Heaven on earth or heaven and hell?

A life lived striving for a place in afterlife may miss opportunities to impact humanity positively while alive in physical form, resulting in missed opportunities for both individual and humanity

Heaven and hell looms large in many religions. There are some who live their lives for an afterlife where each of their actions are dictated by a concern about whether it will lead them to heaven rather than hell. According to psychologists, the desire to go to a posthumous heaven is existential in nature.

 

 

We humans are overly concerned with our existence. In common with all other living creatures, we don’t want to die. Unlike other living organisms, however, we have the ability to think abstractly and temporarily, and therefore know that like it or not we are going to die. This fact, according to psychologists, fills us with fear and terror.

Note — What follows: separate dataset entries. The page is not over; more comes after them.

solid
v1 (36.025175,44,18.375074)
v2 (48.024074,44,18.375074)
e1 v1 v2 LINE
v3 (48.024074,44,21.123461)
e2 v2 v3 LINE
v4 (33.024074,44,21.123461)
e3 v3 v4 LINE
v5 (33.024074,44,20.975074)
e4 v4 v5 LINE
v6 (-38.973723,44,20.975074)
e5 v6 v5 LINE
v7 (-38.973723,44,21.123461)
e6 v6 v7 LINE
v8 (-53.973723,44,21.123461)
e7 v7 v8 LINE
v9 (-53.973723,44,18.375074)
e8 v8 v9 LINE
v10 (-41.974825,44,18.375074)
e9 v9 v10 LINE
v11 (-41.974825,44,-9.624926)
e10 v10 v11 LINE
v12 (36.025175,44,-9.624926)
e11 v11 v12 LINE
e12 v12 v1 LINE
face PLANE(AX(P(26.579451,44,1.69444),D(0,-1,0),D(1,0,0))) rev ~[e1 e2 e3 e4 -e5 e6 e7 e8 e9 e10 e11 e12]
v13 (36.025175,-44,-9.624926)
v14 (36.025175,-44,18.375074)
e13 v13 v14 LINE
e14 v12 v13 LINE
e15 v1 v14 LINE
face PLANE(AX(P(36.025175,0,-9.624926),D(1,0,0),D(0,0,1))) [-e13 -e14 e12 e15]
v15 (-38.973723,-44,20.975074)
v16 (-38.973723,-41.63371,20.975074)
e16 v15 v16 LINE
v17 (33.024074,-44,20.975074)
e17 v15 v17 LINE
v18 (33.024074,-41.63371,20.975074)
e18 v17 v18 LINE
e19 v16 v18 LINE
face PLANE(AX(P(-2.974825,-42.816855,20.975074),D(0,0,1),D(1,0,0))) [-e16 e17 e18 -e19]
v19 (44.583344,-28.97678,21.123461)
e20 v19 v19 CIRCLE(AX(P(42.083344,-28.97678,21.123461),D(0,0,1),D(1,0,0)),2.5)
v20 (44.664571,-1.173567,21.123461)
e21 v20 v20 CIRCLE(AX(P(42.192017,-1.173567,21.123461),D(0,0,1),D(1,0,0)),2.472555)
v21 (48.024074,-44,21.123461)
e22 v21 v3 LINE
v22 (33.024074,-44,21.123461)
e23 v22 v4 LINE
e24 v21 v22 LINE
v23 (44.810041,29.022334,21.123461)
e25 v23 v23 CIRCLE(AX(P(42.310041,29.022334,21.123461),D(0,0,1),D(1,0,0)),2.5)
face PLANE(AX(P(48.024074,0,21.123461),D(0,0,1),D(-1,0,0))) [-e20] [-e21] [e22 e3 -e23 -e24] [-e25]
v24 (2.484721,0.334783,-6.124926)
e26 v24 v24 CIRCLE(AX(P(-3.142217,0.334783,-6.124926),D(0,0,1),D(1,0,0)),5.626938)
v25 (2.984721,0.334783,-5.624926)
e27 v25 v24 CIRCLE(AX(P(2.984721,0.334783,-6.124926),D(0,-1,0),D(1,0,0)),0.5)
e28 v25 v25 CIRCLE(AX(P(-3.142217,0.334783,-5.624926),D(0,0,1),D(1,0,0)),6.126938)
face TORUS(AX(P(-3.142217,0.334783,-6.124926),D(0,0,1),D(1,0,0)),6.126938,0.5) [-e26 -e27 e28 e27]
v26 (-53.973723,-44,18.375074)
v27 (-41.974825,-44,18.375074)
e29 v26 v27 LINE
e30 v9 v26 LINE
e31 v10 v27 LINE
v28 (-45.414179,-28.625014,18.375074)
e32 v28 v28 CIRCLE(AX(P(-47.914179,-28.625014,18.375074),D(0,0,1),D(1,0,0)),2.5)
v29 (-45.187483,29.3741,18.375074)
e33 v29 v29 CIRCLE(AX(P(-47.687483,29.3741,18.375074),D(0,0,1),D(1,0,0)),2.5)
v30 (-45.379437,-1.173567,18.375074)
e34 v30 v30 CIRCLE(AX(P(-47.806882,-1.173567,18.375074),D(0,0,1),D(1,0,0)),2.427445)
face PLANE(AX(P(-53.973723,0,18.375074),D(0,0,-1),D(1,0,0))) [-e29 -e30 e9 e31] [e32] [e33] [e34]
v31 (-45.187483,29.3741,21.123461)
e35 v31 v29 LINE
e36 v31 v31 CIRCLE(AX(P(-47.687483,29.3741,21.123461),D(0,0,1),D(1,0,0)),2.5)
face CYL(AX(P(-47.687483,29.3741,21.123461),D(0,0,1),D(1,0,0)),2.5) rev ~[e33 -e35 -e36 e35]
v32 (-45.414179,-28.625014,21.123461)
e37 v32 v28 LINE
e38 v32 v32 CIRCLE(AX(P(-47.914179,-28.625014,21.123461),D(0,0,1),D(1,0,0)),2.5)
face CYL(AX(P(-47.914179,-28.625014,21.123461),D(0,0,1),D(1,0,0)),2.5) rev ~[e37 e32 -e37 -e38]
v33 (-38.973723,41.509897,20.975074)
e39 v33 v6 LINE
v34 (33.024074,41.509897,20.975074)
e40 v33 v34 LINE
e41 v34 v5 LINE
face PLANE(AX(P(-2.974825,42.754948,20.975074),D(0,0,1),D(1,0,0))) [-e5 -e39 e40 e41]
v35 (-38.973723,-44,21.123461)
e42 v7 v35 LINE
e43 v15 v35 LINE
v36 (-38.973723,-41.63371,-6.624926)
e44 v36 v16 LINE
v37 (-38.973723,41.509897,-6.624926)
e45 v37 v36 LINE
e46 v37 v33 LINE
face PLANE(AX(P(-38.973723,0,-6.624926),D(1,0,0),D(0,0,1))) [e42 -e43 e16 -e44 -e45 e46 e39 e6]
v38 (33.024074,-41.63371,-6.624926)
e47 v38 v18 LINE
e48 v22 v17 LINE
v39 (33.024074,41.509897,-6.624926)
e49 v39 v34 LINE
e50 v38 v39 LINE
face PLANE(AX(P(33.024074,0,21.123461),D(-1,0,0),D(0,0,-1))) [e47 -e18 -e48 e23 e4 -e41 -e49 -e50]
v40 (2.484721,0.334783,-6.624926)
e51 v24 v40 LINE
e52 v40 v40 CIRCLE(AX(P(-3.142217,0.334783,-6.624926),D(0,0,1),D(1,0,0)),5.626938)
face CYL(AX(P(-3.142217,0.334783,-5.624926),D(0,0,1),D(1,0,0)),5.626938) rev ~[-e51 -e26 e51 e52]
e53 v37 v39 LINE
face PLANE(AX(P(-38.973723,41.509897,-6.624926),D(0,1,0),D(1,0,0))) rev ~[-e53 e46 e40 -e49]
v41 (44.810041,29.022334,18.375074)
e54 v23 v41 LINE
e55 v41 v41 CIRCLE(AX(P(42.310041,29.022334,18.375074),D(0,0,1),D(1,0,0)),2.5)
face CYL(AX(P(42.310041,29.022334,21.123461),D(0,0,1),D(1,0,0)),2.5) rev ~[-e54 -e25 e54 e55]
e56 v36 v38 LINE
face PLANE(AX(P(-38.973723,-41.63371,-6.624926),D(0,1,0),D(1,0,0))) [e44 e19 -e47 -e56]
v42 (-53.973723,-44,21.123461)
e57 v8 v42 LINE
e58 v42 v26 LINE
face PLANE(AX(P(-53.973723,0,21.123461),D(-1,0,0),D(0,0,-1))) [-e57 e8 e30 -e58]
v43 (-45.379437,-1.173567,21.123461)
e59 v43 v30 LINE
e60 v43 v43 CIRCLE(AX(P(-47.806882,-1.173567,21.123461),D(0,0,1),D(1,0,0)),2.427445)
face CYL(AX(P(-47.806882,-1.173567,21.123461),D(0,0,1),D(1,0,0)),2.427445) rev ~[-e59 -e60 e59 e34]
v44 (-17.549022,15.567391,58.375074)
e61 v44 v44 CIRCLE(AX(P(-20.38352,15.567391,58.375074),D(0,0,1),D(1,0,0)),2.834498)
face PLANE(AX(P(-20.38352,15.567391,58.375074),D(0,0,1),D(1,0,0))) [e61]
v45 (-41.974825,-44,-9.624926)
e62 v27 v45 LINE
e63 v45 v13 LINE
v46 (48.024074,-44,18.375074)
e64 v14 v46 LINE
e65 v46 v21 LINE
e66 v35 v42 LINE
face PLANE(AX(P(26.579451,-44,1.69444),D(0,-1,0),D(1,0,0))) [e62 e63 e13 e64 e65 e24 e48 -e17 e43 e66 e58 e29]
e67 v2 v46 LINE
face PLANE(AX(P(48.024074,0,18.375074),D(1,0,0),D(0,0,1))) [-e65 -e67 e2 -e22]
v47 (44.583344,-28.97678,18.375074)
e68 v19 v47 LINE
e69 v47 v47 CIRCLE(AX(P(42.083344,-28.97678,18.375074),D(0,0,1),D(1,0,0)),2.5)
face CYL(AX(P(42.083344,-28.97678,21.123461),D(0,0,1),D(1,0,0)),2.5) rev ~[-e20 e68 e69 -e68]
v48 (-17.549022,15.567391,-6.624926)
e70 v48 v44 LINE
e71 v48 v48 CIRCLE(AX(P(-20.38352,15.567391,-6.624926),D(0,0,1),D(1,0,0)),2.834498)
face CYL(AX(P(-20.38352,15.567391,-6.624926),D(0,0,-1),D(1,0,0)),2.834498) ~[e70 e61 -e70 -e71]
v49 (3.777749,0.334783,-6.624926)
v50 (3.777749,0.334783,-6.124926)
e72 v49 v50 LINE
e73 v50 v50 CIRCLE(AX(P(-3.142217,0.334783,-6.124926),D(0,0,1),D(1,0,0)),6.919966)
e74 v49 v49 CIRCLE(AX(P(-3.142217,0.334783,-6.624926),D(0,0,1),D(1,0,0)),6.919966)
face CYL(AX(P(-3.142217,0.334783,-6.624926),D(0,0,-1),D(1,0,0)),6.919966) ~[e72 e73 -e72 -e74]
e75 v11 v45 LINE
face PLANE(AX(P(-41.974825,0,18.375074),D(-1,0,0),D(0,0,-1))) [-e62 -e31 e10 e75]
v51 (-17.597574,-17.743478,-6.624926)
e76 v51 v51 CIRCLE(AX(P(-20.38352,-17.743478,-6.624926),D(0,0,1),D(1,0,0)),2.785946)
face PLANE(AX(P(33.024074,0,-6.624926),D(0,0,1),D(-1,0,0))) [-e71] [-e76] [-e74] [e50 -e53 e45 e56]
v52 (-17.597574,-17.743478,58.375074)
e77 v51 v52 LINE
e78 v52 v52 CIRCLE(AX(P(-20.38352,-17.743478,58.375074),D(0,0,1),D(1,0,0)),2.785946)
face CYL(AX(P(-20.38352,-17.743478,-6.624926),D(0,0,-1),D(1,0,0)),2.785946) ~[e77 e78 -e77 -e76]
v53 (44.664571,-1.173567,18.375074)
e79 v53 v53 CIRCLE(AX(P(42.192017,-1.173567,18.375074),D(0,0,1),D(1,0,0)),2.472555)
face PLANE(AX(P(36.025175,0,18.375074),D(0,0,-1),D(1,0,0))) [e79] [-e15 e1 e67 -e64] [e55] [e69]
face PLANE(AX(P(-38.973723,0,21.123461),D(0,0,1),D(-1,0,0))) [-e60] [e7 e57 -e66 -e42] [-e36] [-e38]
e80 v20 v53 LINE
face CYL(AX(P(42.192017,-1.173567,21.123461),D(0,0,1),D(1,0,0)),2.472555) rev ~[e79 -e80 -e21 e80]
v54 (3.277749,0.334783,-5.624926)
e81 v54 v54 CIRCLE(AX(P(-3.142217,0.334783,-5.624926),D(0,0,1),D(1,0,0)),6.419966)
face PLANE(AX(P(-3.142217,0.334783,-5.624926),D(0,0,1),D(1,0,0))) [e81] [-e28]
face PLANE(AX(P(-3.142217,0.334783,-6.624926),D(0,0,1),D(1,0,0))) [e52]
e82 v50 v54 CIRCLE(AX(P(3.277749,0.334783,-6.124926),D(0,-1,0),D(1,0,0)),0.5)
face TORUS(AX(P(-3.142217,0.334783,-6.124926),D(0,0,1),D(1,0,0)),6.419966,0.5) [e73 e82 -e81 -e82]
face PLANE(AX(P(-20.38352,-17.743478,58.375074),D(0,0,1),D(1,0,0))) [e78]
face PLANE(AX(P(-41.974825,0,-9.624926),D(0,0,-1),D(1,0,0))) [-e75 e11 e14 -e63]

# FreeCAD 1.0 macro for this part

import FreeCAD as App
import Part
import Sketcher
Q = App.Units.Quantity


def edges_at(feature, points):
    """Names of the edges that pass closest to the given points."""
    edges = feature.Shape.Edges
    near = lambda p: min(range(len(edges)), key=lambda i: edges[i].distToShape(Part.Vertex(*p))[0])
    return sorted({f"Edge{near(p) + 1}" for p in points})

doc = App.newDocument("Part")
body = doc.addObject("PartDesign::Body", "Body")

# Sketch on XZ plane
sketch1 = body.newObject("Sketcher::SketchObject", "Sketch")
sketch1.AttachmentSupport = (doc.getObject("XZ_Plane"), [""])
sketch1.MapMode = "FlatFace"
sketch1.addGeometry(Part.LineSegment(App.Vector(33, -6.6, 0), App.Vector(-39, -6.6, 0)), False)
sketch1.addGeometry(Part.LineSegment(App.Vector(-39, -6.6, 0), App.Vector(-39, 21.1, 0)), False)
sketch1.addGeometry(Part.LineSegment(App.Vector(-39, 21.1, 0), App.Vector(-54, 21.1, 0)), False)
sketch1.addGeometry(Part.LineSegment(App.Vector(-54, 21.1, 0), App.Vector(-54, 18.4, 0)), False)
sketch1.addGeometry(Part.LineSegment(App.Vector(-54, 18.4, 0), App.Vector(-42, 18.4, 0)), False)
sketch1.addGeometry(Part.LineSegment(App.Vector(-42, 18.4, 0), App.Vector(-42, -9.6, 0)), False)
sketch1.addGeometry(Part.LineSegment(App.Vector(-42, -9.6, 0), App.Vector(36, -9.6, 0)), False)
sketch1.addGeometry(Part.LineSegment(App.Vector(36, -9.6, 0), App.Vector(36, 18.4, 0)), False)
sketch1.addGeometry(Part.LineSegment(App.Vector(36, 18.4, 0), App.Vector(48, 18.4, 0)), False)
sketch1.addGeometry(Part.LineSegment(App.Vector(48, 18.4, 0), App.Vector(48, 21.1, 0)), False)
sketch1.addGeometry(Part.LineSegment(App.Vector(48, 21.1, 0), App.Vector(33, 21.1, 0)), False)
sketch1.addGeometry(Part.LineSegment(App.Vector(33, 21.1, 0), App.Vector(33, -6.6, 0)), False)
sketch1.addConstraint(Sketcher.Constraint("Coincident", 0, 2, 1, 1))
sketch1.addConstraint(Sketcher.Constraint("Coincident", 1, 2, 2, 1))
sketch1.addConstraint(Sketcher.Constraint("Coincident", 2, 2, 3, 1))
sketch1.addConstraint(Sketcher.Constraint("Coincident", 3, 2, 4, 1))
sketch1.addConstraint(Sketcher.Constraint("Coincident", 4, 2, 5, 1))
sketch1.addConstraint(Sketcher.Constraint("Coincident", 5, 2, 6, 1))
sketch1.addConstraint(Sketcher.Constraint("Coincident", 6, 2, 7, 1))
sketch1.addConstraint(Sketcher.Constraint("Coincident", 7, 2, 8, 1))
sketch1.addConstraint(Sketcher.Constraint("Coincident", 8, 2, 9, 1))
sketch1.addConstraint(Sketcher.Constraint("Coincident", 9, 2, 10, 1))
sketch1.addConstraint(Sketcher.Constraint("Coincident", 10, 2, 11, 1))
sketch1.addConstraint(Sketcher.Constraint("Coincident", 11, 2, 0, 1))
sketch1.addConstraint(Sketcher.Constraint("Horizontal", 0))
sketch1.addConstraint(Sketcher.Constraint("Vertical", 1))
sketch1.addConstraint(Sketcher.Constraint("Horizontal", 2))
sketch1.addConstraint(Sketcher.Constraint("Vertical", 3))
sketch1.addConstraint(Sketcher.Constraint("Horizontal", 4))
sketch1.addConstraint(Sketcher.Constraint("Vertical", 5))
sketch1.addConstraint(Sketcher.Constraint("Horizontal", 6))
sketch1.addConstraint(Sketcher.Constraint("Vertical", 7))
sketch1.addConstraint(Sketcher.Constraint("Horizontal", 8))
sketch1.addConstraint(Sketcher.Constraint("Vertical", 9))
sketch1.addConstraint(Sketcher.Constraint("Horizontal", 10))
sketch1.addConstraint(Sketcher.Constraint("Vertical", 11))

To alleviate the dread we find strategies to ensure that we live on in some manner.

 

For many the strategy of choice is believing in an afterlife that results from good deeds and positive behavior in this life. But there are a few lines in the Talmud that seem to offer an alternate strategy. The Talmudic scholar Rabbi Yochanan is quoted as saying that Jacob the patriarch did not die (Taanit, 5b). To which another scholar immediately objects, saying that the Bible itself says that Jacob was prepared for burial and was eulogized. The answer given is, in my view, one of the most powerful in the entire Talmud: since his children are alive, he too is alive.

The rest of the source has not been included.